**What is expected:**
Return the line containing "#149=ORIENTED_EDGE('',*,*,#67,.F.);" and all lines after it exactly; stop at the end of the material.

Content starts

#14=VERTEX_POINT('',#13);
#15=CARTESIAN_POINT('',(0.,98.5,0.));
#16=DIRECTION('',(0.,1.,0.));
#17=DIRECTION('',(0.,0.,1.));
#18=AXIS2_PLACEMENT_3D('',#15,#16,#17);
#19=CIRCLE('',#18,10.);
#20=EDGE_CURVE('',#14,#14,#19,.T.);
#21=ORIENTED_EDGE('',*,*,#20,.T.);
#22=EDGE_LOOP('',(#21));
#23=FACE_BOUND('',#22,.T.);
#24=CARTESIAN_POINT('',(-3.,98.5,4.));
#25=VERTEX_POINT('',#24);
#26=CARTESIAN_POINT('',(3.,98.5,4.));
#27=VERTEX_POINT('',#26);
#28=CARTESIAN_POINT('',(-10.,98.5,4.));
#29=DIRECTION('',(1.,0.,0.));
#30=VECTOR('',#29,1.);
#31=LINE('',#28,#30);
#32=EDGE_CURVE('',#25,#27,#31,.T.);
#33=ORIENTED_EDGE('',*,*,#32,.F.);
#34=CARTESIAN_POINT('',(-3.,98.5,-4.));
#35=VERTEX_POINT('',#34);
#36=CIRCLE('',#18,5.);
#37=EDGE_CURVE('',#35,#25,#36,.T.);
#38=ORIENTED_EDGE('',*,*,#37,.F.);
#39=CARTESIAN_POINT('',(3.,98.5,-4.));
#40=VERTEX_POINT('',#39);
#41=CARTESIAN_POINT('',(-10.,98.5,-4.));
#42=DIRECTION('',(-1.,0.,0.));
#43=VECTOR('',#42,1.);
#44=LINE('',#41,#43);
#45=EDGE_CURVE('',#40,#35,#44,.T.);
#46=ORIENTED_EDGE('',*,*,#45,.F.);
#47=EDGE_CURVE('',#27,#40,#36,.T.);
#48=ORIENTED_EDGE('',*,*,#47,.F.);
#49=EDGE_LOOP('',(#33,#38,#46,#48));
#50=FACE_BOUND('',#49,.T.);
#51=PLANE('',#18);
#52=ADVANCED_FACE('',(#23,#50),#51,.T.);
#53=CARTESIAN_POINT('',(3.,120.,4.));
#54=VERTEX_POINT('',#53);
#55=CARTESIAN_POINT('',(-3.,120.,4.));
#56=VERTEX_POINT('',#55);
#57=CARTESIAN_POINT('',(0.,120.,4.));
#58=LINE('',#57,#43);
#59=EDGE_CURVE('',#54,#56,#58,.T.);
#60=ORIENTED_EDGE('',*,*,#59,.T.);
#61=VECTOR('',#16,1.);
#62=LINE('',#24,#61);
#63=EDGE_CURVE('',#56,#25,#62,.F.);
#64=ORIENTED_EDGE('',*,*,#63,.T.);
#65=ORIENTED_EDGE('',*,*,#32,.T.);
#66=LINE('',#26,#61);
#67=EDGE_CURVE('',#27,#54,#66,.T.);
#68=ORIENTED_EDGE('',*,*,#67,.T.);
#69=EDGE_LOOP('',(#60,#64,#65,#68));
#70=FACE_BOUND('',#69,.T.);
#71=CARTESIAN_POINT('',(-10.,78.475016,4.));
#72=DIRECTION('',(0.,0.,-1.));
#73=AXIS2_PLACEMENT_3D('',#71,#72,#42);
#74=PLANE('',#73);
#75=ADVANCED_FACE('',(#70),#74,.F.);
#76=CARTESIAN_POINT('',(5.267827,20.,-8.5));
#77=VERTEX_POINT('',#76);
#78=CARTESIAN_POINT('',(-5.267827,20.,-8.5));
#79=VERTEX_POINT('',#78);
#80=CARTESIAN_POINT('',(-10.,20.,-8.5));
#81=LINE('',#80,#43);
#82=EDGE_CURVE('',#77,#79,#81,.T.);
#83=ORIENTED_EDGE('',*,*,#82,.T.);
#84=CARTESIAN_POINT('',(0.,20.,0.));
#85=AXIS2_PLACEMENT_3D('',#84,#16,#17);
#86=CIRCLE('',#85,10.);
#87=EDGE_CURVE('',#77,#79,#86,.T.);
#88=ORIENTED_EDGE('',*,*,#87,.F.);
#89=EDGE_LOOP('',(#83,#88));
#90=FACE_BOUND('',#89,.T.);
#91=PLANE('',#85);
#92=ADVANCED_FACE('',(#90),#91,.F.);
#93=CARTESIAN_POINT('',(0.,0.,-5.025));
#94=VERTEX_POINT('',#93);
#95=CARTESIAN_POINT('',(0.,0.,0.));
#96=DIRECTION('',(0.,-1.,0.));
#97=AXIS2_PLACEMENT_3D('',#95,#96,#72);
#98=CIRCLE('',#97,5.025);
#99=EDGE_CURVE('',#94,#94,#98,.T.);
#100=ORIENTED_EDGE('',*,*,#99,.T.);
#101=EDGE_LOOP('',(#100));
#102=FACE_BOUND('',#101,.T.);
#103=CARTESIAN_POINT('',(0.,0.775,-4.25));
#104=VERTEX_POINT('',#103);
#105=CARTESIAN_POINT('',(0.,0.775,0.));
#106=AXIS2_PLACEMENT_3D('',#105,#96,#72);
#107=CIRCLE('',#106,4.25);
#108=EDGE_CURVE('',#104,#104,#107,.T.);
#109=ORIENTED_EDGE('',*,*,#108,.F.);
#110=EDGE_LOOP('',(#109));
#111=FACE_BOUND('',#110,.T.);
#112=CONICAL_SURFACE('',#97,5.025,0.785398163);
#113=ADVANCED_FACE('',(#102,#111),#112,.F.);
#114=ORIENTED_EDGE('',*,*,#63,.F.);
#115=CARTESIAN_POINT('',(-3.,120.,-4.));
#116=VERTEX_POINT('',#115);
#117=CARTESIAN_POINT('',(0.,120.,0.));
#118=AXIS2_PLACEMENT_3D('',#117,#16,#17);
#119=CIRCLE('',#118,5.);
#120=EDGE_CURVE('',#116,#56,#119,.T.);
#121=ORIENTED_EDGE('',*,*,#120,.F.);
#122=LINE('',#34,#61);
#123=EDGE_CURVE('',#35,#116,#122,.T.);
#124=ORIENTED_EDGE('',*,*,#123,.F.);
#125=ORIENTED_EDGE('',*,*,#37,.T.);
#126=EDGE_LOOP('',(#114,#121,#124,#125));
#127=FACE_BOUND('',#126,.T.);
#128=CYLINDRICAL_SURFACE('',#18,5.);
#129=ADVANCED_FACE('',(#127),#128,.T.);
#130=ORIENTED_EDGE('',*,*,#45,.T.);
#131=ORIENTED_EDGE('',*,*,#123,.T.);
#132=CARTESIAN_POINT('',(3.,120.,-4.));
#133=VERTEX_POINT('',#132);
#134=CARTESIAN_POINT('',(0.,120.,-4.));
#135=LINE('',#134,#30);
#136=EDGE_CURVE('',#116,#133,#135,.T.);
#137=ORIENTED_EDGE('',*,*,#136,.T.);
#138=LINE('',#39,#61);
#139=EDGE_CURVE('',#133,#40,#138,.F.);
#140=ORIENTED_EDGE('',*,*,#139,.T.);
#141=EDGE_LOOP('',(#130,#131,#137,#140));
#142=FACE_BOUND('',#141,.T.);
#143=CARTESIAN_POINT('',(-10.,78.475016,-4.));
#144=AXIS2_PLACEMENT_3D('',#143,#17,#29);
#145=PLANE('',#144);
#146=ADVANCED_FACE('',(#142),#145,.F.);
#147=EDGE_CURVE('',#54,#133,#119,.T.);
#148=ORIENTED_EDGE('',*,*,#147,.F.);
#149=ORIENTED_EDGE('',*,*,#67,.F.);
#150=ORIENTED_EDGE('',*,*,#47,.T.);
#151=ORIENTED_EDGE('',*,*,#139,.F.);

Content ends

**Result of the task:**
#149=ORIENTED_EDGE('',*,*,#67,.F.);
#150=ORIENTED_EDGE('',*,*,#47,.T.);
#151=ORIENTED_EDGE('',*,*,#139,.F.);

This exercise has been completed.